Med > big > bigger companies really don’t care about you. That’s why they have
‘human resources’ - you are just a resource. And HR Is there only to protect
the company and not you.

The best thing you can do is think for yourself and listen to your intuition.
If it’s telling you “this is lame” for whatever reason, it’s in YOUR best
interest to leave and do something else. Start your own company or 1 person
labor of love and don’t worry about someone else’s opinion.

You have a very limited time on this planet and you should be living your life
to your fullest. Not to any company’s. You’re just selling yourself short
otherwise.

------
psyc
Well, to each their own. But I've been through numerous ordeals in my career
where I pulled out all the stops to change myself or change my role in order
to hang on to a company that fundamentally wasn't a fit. I regret wasting all
that time. Never did I look back and feel glad that I'd tried everything.
Never did any of the consequences I feared from quitting, happen. Yes, this is
especially easy for programmers in a long running seller's market, but I like
to think it generalizes to some degree.

Also, I immediately thought of trying to change yourself to make a romantic
relationship work. Now, if you're unhappy with _yourself_ , then by all means,
change. But otherwise, I think changing yourself to make a relationship work
is questionable.

------
no29
not op, but google cache has a copy if the link isn't working

[https://webcache.googleusercontent.com/search?q=cache:4PCbv-...](https://webcache.googleusercontent.com/search?q=cache:4PCbv-
pGR8YJ:https://getmarlow.com/article/shift-your-mindset-before-
quitting-1512585001346x530751118426767400+&cd=1&hl=en&ct=clnk&gl=us)
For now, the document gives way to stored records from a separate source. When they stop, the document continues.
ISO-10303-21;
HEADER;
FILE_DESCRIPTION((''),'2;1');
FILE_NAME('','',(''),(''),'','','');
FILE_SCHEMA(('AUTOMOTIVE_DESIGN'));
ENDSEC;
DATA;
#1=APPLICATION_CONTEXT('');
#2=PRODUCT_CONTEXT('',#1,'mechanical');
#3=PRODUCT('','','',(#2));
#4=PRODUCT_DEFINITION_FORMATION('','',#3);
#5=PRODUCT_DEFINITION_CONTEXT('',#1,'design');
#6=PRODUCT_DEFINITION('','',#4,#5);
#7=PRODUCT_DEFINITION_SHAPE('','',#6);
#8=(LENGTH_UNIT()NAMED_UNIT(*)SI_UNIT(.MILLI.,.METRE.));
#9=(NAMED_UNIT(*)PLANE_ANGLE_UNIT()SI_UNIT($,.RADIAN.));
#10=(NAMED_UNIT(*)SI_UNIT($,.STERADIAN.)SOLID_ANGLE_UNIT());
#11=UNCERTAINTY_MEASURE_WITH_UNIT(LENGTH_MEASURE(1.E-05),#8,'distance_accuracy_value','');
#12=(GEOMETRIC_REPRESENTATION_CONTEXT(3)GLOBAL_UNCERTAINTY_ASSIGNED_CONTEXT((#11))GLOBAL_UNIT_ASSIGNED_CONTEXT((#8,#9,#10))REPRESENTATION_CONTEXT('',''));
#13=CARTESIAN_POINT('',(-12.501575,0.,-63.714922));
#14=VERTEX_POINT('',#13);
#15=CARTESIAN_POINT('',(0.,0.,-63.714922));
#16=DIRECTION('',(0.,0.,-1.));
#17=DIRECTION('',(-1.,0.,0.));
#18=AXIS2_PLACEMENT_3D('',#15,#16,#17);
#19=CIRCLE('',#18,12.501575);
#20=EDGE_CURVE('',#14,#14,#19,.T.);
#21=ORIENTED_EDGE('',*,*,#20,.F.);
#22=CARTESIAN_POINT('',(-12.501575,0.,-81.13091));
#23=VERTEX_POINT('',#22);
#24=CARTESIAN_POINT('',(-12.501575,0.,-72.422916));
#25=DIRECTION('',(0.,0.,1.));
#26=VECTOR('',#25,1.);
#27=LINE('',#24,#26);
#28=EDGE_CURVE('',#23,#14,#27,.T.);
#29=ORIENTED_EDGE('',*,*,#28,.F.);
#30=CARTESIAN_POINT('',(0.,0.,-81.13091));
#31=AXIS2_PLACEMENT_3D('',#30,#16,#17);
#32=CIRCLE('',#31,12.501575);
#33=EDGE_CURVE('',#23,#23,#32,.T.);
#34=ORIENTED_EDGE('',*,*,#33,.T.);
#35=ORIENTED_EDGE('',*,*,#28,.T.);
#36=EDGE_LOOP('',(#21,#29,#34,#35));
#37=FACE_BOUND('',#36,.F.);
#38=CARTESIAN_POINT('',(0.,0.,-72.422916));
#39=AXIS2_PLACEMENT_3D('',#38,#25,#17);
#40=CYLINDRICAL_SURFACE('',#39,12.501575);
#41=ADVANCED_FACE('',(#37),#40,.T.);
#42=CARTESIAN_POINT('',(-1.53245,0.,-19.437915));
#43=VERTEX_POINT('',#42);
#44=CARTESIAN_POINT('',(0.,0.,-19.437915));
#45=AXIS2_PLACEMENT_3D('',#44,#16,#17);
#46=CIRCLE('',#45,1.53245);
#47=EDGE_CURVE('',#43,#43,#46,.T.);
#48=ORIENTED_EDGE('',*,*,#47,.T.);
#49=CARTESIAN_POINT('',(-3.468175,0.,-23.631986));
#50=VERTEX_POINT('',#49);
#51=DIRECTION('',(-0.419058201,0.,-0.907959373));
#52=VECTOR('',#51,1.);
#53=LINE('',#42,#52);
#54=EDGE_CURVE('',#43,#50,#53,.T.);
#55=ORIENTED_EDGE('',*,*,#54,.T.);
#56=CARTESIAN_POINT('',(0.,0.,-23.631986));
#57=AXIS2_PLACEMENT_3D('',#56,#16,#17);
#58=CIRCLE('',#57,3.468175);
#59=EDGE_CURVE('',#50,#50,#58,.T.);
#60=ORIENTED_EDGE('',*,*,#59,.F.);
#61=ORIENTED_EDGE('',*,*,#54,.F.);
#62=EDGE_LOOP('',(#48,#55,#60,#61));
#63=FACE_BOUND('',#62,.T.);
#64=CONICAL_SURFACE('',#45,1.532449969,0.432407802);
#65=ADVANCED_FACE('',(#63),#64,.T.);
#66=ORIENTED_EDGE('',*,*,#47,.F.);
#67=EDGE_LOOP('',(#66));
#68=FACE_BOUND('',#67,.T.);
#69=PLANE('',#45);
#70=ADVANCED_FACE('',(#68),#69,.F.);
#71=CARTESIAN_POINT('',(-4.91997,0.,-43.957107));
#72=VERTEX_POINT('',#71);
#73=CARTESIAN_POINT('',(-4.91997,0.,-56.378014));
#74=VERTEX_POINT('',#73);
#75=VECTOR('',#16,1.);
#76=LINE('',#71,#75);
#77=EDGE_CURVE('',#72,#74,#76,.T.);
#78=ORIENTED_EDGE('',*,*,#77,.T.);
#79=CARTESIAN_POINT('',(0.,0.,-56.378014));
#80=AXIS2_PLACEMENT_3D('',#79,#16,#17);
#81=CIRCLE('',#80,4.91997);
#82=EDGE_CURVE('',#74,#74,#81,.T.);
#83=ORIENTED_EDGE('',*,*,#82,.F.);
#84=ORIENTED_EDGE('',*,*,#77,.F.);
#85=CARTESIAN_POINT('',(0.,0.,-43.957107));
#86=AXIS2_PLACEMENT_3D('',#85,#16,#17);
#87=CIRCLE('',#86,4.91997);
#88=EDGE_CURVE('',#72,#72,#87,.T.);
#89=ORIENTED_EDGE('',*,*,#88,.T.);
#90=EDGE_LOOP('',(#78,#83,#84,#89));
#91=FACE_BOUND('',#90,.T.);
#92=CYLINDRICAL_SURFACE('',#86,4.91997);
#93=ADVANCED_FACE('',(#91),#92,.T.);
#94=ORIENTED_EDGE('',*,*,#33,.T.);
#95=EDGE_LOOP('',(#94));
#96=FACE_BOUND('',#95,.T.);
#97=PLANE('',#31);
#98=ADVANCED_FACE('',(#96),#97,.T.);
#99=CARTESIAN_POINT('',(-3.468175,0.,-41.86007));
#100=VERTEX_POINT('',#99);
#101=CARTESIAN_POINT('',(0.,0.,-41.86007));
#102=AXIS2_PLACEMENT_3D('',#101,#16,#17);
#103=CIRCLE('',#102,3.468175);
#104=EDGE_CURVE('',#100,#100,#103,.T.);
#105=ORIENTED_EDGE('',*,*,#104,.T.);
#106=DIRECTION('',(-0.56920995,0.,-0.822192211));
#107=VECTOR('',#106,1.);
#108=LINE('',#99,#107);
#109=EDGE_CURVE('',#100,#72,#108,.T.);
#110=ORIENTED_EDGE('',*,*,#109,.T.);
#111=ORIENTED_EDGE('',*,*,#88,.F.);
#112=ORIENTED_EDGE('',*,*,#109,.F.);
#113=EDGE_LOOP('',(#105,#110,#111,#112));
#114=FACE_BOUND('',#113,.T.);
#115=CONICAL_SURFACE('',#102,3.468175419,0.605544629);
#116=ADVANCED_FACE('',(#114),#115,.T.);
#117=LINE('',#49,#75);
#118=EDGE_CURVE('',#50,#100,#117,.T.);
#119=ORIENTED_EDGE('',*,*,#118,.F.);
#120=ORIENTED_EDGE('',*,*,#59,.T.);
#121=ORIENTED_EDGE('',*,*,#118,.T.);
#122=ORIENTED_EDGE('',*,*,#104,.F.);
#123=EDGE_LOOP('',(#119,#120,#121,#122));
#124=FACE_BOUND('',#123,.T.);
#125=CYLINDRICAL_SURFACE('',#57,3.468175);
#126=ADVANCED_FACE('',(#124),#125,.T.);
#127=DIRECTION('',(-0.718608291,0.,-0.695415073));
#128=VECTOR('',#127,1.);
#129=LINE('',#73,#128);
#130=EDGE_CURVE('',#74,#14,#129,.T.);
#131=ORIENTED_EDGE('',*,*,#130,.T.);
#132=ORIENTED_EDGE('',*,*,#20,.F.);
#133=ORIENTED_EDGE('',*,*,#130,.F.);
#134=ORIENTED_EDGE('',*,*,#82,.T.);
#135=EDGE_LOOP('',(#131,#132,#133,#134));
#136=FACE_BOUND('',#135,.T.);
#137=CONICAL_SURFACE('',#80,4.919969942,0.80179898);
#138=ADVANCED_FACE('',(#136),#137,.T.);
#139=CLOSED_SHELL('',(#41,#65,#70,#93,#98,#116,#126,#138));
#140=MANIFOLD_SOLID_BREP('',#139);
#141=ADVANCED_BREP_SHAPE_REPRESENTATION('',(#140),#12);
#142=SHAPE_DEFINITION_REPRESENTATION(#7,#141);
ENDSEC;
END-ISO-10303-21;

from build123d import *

# Parameters (mm, degrees)
F0_W = 12.5015752
F0_H = 17.4159876299


with BuildPart() as f1:
    # F0 (on Front) → F1 (revolve)
    with BuildSketch(Plane.XZ):
        with Locations((-6.2507876, -72.4229157223)):
            Rectangle(F0_W, F0_H)
        Polygon((-12.5015752, -63.7149219074), (0, -63.7149219074), (0, -19.4379147142), (-1.5324499691, -19.4379147142), (-3.4681754187, -23.6319862306), (-3.4681754187, -41.8600700796), (-4.9199699424, -43.9571067691), (-4.9199699424, -56.3780143857), align=None)
    revolve(axis=Axis((0, 0, -47.0220060088), (0, 0, -1)))


solid = f1.part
> One client was feeling bored, disengaged and undervalued at his small
> company. His role wasn’t a particularly good fit for his strengths and he
> didn’t have as much responsibility as he would have liked. Through exploring
> his interests and strengths he proposed a change to his manager to take on
> more work related to the financials of the company - despite feeling that he
> didn’t have the formal training necessary, this was an area where he wanted
> to grow. Based on that conversation, he ended up taking over all financial
> aspects of the company and absolutely loves his new role and
> responsibilities.

he must have one heck of a charming personality. is fantasy corp hiring for
ceo? i have no experience or relevant skills.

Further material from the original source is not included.